Step 3 – Stock Selection
Livermore traded the two hottest stocks from each selected sector that he wanted to be in. Again, a simple technical method of seeing which stocks are making the strongest new highs or lows can be used, in addition to studying the companies’ financial data, market share, products etc. There were two major advantages of being in the two hottest stocks of a sector: firstly, a benefit of diversification, and secondly, Livermore saw that if one of the stocks started behaving significantly worse than the other stock, this was a likely indication that something was wrong with that company, and when that happened he would get out of that stock.

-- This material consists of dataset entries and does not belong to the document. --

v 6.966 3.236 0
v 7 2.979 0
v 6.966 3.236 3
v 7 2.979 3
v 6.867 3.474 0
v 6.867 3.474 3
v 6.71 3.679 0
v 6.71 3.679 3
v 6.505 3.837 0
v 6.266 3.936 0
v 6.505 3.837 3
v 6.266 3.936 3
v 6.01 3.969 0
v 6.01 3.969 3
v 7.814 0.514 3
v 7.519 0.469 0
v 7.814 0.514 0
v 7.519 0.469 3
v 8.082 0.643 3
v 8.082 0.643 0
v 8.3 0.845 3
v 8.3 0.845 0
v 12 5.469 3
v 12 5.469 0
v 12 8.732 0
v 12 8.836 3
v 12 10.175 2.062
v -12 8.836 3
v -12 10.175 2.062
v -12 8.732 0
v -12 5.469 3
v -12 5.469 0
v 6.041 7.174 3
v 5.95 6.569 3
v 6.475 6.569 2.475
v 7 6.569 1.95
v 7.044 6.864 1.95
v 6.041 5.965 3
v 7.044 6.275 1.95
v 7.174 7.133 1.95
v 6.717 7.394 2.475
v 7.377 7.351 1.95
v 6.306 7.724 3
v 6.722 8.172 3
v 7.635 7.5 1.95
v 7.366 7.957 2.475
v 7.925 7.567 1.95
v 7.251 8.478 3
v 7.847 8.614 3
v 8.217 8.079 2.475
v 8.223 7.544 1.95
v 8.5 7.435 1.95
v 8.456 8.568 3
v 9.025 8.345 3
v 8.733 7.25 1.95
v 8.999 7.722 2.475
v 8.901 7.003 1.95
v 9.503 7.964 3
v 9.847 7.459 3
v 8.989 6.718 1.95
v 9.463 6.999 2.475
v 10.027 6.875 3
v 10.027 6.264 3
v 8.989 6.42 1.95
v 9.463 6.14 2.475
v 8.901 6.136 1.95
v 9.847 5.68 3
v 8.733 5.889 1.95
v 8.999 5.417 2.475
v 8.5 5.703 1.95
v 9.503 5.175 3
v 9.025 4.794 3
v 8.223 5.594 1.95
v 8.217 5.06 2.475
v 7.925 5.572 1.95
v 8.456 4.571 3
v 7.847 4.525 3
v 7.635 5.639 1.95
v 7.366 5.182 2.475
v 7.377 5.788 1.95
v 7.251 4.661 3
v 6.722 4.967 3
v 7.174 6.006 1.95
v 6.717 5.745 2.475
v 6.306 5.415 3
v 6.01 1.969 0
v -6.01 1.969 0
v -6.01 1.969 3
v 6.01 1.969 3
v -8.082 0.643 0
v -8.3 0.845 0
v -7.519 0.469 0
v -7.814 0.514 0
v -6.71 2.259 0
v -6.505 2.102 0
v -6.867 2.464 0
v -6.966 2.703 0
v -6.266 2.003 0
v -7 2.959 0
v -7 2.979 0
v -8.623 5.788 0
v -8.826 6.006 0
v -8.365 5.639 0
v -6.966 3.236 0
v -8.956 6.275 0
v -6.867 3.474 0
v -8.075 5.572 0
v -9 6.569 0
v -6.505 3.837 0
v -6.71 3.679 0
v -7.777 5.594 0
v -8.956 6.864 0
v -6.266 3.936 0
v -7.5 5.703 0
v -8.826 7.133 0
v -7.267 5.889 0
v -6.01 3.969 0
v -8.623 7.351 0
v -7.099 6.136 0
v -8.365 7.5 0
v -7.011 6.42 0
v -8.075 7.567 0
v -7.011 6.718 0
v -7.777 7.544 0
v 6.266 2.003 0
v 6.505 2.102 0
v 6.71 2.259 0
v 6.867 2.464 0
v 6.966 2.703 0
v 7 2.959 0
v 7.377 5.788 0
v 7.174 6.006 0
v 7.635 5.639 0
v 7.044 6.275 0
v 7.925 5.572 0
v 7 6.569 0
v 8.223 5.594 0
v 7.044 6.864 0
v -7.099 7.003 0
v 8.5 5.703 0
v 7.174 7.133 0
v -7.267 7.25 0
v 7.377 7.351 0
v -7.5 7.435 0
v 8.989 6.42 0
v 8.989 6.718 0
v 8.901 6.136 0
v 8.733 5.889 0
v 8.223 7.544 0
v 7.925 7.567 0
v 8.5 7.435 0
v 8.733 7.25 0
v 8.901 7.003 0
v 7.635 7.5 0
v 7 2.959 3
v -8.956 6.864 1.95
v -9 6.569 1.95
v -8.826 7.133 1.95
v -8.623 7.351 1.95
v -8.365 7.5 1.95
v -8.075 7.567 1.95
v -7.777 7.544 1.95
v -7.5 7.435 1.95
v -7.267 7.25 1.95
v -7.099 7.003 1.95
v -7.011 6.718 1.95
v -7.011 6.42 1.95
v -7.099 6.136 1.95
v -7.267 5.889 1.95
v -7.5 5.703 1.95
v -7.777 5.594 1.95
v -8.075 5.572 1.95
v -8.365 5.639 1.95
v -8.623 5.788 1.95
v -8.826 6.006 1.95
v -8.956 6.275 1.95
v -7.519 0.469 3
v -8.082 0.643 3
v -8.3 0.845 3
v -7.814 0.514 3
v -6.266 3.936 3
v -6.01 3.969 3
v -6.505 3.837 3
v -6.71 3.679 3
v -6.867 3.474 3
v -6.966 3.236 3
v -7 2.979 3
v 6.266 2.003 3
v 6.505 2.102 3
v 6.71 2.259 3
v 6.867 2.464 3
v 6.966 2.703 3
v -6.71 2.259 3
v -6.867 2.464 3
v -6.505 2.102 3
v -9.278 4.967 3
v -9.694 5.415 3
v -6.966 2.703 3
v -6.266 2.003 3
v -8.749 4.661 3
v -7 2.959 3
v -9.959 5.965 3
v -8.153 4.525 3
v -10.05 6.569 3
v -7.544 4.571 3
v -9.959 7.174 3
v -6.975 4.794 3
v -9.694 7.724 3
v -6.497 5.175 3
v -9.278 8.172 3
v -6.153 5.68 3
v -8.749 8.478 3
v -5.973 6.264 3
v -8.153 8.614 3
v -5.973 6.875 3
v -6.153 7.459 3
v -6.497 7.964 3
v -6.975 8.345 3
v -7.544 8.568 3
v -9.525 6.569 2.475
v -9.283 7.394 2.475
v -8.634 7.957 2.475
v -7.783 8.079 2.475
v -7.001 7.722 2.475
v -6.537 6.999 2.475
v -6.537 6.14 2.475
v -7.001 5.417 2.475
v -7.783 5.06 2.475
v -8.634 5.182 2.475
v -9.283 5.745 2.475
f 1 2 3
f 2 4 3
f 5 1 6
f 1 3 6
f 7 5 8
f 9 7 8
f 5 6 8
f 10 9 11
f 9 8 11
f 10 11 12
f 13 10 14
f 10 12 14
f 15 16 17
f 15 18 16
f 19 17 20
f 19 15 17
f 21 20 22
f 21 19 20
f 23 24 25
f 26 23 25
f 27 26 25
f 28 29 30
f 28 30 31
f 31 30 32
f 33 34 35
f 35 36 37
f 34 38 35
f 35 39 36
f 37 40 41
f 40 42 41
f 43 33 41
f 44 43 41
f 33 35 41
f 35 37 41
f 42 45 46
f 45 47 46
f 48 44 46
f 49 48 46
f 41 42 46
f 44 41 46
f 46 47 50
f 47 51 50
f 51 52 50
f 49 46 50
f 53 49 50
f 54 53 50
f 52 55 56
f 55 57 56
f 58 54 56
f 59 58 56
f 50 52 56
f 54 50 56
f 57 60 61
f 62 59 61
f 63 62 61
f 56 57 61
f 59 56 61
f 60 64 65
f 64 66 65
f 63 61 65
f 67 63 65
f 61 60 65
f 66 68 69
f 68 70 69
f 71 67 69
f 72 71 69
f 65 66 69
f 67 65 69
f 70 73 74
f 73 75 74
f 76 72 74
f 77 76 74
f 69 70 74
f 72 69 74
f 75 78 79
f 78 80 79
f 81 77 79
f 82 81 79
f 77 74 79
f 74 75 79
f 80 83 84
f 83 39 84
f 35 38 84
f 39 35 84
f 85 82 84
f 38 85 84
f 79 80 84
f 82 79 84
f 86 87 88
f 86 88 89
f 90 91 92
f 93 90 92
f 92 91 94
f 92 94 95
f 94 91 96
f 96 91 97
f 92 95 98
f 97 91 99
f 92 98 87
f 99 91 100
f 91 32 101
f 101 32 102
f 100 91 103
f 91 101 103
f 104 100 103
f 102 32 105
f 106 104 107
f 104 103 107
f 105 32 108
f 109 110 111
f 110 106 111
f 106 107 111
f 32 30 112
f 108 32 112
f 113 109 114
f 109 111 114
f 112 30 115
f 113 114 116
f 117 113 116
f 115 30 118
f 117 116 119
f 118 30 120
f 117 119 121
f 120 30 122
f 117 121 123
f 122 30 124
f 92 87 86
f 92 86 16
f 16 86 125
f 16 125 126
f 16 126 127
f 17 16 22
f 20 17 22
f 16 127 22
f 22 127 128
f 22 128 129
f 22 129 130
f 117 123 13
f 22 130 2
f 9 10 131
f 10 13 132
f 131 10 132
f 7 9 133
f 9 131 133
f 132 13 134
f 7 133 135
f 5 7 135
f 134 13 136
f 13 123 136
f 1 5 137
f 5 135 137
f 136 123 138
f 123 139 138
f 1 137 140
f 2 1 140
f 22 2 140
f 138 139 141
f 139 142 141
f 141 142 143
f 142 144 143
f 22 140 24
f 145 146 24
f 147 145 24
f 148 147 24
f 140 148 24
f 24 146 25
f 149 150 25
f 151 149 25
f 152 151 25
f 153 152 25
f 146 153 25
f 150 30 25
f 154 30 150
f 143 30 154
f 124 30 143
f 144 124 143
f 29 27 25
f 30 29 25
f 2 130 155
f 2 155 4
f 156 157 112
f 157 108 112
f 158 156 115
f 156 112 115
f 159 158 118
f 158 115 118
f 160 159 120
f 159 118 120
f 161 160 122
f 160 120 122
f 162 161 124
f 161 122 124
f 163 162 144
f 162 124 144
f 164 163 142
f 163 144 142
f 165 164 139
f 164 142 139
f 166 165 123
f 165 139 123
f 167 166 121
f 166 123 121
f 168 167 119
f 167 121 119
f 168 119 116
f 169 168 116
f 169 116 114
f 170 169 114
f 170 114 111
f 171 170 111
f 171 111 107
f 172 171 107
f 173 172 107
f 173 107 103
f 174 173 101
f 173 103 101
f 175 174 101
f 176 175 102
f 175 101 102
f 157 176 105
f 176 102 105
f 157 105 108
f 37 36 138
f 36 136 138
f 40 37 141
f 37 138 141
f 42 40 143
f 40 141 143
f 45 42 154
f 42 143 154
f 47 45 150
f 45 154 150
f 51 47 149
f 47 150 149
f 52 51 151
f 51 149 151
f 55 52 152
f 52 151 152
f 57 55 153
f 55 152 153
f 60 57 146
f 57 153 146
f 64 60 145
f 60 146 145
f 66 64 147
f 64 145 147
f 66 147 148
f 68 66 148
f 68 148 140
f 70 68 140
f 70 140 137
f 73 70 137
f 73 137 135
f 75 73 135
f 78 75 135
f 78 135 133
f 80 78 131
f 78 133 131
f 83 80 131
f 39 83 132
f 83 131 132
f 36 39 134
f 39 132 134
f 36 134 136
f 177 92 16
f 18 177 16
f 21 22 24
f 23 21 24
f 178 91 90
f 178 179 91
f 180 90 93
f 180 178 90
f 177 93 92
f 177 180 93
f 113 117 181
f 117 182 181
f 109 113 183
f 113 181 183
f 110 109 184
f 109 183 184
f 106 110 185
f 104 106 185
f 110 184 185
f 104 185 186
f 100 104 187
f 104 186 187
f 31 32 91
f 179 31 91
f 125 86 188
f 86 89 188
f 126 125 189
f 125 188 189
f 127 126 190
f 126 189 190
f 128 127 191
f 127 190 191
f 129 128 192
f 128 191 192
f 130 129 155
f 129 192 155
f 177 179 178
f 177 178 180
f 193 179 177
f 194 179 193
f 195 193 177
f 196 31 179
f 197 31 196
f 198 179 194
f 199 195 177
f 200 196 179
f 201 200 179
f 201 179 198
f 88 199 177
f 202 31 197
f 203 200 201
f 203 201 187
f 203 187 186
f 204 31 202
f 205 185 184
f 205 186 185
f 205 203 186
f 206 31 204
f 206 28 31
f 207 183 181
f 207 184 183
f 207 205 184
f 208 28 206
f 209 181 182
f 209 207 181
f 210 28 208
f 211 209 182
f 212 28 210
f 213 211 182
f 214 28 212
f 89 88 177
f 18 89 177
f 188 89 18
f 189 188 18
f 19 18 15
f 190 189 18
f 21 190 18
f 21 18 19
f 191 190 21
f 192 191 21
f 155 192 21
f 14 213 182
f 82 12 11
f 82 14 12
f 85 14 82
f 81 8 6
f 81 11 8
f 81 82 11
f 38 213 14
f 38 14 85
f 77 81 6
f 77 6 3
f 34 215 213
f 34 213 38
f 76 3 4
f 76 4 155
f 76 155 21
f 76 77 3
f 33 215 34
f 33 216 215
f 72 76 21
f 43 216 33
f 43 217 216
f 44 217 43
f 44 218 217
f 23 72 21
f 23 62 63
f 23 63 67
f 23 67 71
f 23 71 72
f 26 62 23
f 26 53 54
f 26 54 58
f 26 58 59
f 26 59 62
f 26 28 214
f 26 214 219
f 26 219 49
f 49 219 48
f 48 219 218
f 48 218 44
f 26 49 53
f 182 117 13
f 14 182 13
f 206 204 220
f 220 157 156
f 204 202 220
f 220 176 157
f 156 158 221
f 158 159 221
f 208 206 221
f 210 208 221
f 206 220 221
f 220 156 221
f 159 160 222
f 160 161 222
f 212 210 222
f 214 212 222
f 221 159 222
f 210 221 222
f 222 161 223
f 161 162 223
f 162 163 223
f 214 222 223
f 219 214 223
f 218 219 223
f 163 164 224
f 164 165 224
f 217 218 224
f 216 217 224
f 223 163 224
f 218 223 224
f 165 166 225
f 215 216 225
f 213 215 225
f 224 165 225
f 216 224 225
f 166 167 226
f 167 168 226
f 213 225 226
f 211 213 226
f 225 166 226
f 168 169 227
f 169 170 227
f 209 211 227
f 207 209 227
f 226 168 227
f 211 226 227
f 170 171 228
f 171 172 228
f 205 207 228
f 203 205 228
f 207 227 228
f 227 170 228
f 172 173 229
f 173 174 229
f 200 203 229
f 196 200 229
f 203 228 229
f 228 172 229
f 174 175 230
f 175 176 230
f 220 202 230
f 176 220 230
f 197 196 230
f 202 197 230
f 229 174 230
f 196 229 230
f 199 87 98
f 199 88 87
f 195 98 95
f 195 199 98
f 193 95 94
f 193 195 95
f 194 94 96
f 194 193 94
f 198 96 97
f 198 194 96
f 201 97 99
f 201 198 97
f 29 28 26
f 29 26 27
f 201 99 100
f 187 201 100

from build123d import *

# Parameters (mm, degrees)
F0_W            = 14
F0_H            = 2
F1_DEPTH        = 3
F2_R            = 0.99
F4_DEPTH        = 25
F4_DEPTH_BACK   = 25
F5_R            = 1
F7_DEPTH        = 25
F7_DEPTH_BACK   = 25
F10_D           = 2
F10_DEPTH       = 4
F10_CSINK_D     = 4.1
F10_CSINK_ANGLE = 90
F10_TIP         = 0.600860619


with BuildPart() as f1:
    # F0 (on Top) → F1 (new body)
    with BuildSketch(Plane.XY):
        Polygon((8, 0.4693894553), (12, 5.4693894553), (12, 10.4693894553), (-12, 10.4693894553), (-12, 5.4693894553), (-8, 0.4693894553), align=None)
        with Locations((0, 2.9693894553)):
            Rectangle(F0_W, F0_H, mode=Mode.SUBTRACT)
    extrude(amount=F1_DEPTH)

    # F2
    f2_edges = [f1.edges().sort_by_distance(p)[0] for p in [
        (-7, 3.969389, 1.5),
        (-7, 1.969389, 1.5),
        (7, 3.969389, 1.5),
        (7, 1.969389, 1.5),
    ]]
    fillet(f2_edges, radius=F2_R)

    # F3 (on Right) → F4 (cut, two sides)
    with BuildSketch(Plane.YZ) as f4_sk:
        Polygon((10.9693894553, -0.8042101245), (10.9693894553, 3.1957898755), (8.1685593025, -0.8042101245), align=None)
    extrude(amount=-F4_DEPTH, mode=Mode.SUBTRACT)
    extrude(f4_sk.sketch, amount=F4_DEPTH_BACK, mode=Mode.SUBTRACT)

    # F5
    f5_edges = [f1.edges().sort_by_distance(p)[0] for p in [
        (8, 0.469389, 1.5),
        (-8, 0.469389, 1.5),
    ]]
    fillet(f5_edges, radius=F5_R)

    # F6 (on Right) → F7 (cut, two sides)
    with BuildSketch(Plane.YZ) as f7_sk:
        Polygon((12.1216029626, 3.5), (8.1216029626, 3.5), (12.1216029626, 0.6991698472), align=None)
    extrude(amount=F7_DEPTH, mode=Mode.SUBTRACT)
    extrude(f7_sk.sketch, amount=-F7_DEPTH_BACK, mode=Mode.SUBTRACT)

    # F10
    with Locations(Plane.XY.offset(3)):
        with Locations((-8, 6.5693894553), (8, 6.5693894553)):
            CounterSinkHole(F10_D / 2, F10_CSINK_D / 2, depth=F10_DEPTH, counter_sink_angle=F10_CSINK_ANGLE)
            with Locations((0, 0, -(F10_DEPTH + F10_TIP / 2))):  # 118° drill point
                Cone(0, F10_D / 2, F10_TIP, mode=Mode.SUBTRACT)


solid = f1.part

An important part of trading stocks using the Livermore method is focusing on key companies that are at the forefront of technological change and customer demand. Livermore focused a lot during the early part of his career on sugar, steel and railways, which were key components of the economic changes during the late 19th century. During the current bull cycle it is certain he would be buying Apple shares in the same way he bought sugar when new technology was being developed to make sugar affordable to the masses.
Step 4 – Making the Trade
Livermore liked to buy breakouts and sell breakdowns. He also always scaled into his new trades, and not in equal position sizes either. I can illustrate this with an example.
Suppose you have identified the start of a bull market. You are interested in stocks A and B within sector C. Stock A makes a new high price, higher than it has been for several weeks or months. Livermore would buy stock A immediately, but with only one quarter of the total amount of shares in that stock that he might eventually buy. He would then wait to see how it acted. If it continued to rise strongly and make new highs, he would buy again: half of the remaining three quarters, and then wait some more time. If the pattern repeated itself, he would then buy the remainder of the shares that he wanted. He did say that you could use a 1% rise in price as a signal to add to the trade, but he probably used his own judgement more than he used any set percentage.
If at any time the move up seemed to fail, Livermore would get out. By scaling into the trade, he protected himself from more severe losses when he was “wrong” about the momentum of the move. When he was wrong, he would patiently wait until everything looked right again, and try the trade again.
Livermore did not use hard stop loss orders. He just got out when he judged himself to have been wrong.
Step 5 – Sitting Tight
One of Livermore’s most famous quotes is “I made more money by sitting tight than I ever did by being right.” What he meant by this was that nobody could foresee every market swing, so get in at the beginning and don’t get out until the whole market has played out. In this way, you might buy a stock for $10 and sell it two years later at the end of a bull market for $210, and make huge profits. He warned specifically about selling on pull backs out of fear the market was turning, and then trying to buy the shares back later. Livermore suffered from this in his early years of stock trading.
There you have an outline of the stock trading method of a man who was probably the greatest stock trader of all time. One final word of warning: Livermore went bankrupt several times, and this was due mainly to his poor money management skills. He simply risked too much of his capital on his trades. Be careful that in this area, you do not follow his example.